Get MySQL Duplicate Key Checker
I’ve just released MySQL Duplicate Key Checker on SourceForge. This is a complete rewrite of a tool I initially released under a slightly different name. It is now much more powerful and friendlier to use, especially for scripting, and has many more options.
As with the MySQL Table Checksum tool, it is part of MySQL Toolkit.
What’s new
I’ve redesigned the program from the ground up to be more UNIX-friendly. In particular, the output is suitable for piping to awk or other tools.

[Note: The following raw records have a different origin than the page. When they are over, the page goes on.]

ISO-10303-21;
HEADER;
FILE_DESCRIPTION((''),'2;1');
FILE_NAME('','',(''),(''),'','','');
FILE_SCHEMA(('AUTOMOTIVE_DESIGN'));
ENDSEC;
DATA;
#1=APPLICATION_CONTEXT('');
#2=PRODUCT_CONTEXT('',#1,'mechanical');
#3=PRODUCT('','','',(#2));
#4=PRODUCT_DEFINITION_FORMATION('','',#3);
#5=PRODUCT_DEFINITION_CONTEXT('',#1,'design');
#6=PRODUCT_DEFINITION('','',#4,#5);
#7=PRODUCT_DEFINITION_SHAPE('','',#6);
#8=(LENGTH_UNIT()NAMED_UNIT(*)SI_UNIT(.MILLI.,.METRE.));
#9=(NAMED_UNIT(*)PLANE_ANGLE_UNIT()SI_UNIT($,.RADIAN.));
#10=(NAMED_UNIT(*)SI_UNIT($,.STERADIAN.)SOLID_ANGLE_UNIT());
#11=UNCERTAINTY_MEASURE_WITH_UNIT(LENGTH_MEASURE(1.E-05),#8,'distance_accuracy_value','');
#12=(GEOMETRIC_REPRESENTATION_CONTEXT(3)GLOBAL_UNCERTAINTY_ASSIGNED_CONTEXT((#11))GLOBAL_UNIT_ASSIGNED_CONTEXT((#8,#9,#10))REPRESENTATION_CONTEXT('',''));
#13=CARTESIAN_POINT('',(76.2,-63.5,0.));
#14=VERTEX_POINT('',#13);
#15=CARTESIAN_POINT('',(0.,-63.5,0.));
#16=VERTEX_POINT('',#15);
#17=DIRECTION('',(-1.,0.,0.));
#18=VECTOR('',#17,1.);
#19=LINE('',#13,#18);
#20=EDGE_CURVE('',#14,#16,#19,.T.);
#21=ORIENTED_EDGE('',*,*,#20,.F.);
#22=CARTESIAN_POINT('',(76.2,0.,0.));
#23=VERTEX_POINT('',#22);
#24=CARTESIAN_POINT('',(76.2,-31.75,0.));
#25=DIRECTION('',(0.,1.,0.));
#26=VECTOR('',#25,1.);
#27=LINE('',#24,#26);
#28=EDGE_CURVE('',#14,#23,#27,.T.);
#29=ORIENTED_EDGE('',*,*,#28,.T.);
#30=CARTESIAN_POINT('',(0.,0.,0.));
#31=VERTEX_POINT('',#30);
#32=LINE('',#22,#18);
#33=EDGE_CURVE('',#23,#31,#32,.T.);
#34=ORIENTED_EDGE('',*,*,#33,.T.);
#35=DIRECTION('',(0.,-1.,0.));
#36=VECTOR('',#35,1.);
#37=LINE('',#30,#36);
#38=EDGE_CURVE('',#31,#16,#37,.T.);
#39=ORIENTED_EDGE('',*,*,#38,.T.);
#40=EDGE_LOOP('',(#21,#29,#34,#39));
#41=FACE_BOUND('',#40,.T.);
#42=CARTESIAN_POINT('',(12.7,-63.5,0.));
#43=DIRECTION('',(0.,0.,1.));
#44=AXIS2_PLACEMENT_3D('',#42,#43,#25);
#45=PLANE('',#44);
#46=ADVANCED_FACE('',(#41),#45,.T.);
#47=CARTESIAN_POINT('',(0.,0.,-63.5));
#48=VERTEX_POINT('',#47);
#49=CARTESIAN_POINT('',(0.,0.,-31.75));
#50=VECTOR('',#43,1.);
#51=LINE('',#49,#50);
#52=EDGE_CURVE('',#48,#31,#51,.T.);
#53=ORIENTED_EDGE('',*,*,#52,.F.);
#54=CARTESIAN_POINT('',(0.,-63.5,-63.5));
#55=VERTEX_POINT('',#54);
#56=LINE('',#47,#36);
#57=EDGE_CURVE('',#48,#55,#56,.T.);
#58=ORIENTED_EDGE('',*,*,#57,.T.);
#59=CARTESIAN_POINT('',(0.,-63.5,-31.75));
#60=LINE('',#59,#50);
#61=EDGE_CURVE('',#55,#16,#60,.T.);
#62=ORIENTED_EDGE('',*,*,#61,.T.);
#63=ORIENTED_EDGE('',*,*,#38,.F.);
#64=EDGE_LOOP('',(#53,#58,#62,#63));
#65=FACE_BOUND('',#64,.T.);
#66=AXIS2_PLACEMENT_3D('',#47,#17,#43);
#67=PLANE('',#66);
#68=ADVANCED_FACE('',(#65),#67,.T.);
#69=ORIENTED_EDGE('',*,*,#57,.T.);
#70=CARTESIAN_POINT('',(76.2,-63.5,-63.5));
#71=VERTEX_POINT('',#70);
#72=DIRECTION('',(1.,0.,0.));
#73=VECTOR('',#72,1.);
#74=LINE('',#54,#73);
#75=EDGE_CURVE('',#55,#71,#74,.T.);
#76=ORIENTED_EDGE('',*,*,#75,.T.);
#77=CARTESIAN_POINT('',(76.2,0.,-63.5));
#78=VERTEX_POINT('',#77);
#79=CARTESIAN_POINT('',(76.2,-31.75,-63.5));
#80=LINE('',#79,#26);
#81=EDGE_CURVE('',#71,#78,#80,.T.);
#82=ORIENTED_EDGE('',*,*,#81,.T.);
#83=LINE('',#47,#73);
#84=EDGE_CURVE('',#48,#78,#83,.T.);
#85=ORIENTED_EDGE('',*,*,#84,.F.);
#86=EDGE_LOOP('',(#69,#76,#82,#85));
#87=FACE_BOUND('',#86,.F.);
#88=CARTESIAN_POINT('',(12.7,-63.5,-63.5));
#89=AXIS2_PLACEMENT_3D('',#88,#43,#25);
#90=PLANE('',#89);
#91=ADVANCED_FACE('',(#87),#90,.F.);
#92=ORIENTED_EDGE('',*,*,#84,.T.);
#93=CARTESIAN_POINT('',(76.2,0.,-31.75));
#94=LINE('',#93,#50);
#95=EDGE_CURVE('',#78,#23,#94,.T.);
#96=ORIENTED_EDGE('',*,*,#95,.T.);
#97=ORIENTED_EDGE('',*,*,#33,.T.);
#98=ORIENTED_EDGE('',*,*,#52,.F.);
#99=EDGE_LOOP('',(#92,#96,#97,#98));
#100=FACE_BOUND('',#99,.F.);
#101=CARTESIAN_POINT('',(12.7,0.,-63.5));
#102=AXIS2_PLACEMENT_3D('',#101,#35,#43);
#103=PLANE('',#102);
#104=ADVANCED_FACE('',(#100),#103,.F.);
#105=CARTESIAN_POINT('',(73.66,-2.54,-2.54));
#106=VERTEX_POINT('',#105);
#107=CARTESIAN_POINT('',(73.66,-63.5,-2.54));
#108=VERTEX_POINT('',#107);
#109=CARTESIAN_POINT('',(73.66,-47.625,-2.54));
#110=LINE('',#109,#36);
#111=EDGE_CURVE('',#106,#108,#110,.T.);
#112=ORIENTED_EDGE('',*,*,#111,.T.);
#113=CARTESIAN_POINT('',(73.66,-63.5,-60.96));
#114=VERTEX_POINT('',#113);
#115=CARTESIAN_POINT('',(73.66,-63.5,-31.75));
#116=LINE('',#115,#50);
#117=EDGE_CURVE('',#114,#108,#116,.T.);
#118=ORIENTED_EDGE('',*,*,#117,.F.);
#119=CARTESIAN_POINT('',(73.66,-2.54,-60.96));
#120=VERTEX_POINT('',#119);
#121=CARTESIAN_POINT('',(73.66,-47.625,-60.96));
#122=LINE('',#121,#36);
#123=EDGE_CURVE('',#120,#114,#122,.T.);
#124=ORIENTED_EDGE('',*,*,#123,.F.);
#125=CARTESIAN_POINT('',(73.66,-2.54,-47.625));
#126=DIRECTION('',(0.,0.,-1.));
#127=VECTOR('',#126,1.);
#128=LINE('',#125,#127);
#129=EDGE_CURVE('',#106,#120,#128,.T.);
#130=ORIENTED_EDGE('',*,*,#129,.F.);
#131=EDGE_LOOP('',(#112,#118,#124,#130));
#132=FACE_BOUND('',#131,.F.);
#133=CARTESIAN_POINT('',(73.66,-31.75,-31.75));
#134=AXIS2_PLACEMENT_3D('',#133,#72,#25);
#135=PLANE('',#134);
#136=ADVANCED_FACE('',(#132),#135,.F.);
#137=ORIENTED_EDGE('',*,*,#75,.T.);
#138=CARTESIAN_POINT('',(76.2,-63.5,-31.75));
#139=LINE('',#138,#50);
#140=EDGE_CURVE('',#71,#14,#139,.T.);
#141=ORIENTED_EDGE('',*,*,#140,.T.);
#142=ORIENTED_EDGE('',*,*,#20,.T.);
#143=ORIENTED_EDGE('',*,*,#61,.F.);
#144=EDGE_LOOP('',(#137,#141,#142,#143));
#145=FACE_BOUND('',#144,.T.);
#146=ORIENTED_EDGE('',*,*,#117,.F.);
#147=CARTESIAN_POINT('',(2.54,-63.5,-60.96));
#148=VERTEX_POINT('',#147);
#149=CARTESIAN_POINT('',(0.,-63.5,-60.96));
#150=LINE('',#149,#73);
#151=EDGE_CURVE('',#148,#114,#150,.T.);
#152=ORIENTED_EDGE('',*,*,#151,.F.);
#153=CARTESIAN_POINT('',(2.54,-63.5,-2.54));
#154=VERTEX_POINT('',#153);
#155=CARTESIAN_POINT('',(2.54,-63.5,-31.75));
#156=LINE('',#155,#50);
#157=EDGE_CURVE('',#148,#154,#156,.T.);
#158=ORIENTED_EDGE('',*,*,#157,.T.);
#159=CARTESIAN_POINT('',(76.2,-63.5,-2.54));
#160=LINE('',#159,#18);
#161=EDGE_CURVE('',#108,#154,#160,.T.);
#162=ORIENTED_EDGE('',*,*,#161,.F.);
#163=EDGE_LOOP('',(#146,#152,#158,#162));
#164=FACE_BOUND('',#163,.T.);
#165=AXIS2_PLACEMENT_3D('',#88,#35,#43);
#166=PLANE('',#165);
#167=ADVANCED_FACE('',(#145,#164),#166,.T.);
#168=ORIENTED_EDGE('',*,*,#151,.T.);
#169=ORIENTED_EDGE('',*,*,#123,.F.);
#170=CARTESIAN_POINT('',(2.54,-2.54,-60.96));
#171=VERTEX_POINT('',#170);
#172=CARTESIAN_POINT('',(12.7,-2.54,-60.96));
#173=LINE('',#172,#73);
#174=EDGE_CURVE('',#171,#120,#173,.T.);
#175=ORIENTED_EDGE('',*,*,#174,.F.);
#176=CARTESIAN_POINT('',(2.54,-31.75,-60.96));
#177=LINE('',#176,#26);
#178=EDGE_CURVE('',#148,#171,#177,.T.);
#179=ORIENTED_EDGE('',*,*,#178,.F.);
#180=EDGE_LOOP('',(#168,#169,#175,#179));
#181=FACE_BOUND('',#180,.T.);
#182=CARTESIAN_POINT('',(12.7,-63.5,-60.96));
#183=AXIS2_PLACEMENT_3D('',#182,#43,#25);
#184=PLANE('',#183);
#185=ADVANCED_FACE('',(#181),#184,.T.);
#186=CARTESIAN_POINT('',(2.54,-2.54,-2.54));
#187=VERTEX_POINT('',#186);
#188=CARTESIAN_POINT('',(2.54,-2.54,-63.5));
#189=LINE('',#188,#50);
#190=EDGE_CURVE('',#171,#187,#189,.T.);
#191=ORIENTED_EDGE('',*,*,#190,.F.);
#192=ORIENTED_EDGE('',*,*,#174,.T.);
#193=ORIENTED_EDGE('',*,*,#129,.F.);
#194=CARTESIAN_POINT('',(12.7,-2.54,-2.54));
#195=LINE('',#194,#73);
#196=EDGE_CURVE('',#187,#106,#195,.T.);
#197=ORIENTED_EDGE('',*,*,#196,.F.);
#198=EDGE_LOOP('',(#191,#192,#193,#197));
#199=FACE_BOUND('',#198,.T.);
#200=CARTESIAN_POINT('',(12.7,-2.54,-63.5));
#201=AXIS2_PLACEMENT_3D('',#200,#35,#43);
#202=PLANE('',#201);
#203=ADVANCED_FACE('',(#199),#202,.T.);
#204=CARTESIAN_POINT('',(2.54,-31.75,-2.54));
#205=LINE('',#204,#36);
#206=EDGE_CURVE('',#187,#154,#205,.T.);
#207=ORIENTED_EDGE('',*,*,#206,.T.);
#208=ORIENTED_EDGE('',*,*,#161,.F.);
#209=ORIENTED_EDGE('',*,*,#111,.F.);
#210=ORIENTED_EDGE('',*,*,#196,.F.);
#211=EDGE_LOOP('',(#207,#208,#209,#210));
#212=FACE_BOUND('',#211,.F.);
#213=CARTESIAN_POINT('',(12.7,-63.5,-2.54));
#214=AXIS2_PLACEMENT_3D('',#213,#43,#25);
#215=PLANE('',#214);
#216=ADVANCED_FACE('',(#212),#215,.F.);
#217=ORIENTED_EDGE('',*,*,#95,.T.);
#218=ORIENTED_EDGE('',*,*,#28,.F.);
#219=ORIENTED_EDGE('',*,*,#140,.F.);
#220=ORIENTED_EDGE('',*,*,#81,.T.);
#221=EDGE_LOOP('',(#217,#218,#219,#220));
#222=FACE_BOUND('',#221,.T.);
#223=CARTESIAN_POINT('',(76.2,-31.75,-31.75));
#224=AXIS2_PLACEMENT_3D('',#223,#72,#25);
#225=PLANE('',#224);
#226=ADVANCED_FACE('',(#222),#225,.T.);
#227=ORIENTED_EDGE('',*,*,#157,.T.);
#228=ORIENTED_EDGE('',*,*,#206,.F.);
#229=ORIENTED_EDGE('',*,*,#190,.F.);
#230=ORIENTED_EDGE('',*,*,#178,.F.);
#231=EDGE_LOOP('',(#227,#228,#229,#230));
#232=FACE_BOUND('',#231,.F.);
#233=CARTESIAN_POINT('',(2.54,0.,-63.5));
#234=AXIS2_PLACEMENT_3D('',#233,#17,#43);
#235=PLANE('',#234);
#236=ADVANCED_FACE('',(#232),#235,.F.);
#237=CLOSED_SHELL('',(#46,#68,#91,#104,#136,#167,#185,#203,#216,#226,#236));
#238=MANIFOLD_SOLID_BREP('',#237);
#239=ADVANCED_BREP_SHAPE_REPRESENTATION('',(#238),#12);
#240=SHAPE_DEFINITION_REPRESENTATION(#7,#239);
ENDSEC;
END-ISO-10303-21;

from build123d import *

# Parameters (mm, degrees)
F0_W      = 12.7
F0_H      = 63.5
F1_DEPTH  = 63.5
F1_FACE_W = 63.5
F1_FACE_H = 63.5
F2_DEPTH  = 63.5
F3_T      = -2.54


with BuildPart() as f1:
    # F0 (on Front) → F1 (new body)
    with BuildSketch(Plane.XZ):
        with Locations((6.35, -31.75)):
            Rectangle(F0_W, F0_H)
    extrude(amount=F1_DEPTH)

    # F1_face (on face) → F2 (join)
    with BuildSketch(Plane(origin=(12.7, -31.75, -31.75), x_dir=(0, 1, 0), z_dir=(1, 0, 0))):
        Rectangle(F1_FACE_W, F1_FACE_H)
    extrude(amount=F2_DEPTH)

    # F3
    f3_openings = [f1.faces().sort_by_distance(p)[0] for p in [
        (38.1, -63.5, -31.75),
    ]]
    offset(amount=F3_T, openings=f3_openings)


solid = f1.part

The tool does a lot more for you by default. For example, it analyzes all tables in all databases. You can limit and exclude databases and tables, of course.
There are many more options. This tool is now much more general-purpose. Instead of merely finding duplicated or redundant indexes and foreign keys, the approach I took in this rewrite is to find and print information on all indexes and foreign keys — but filter out all but duplicates by default.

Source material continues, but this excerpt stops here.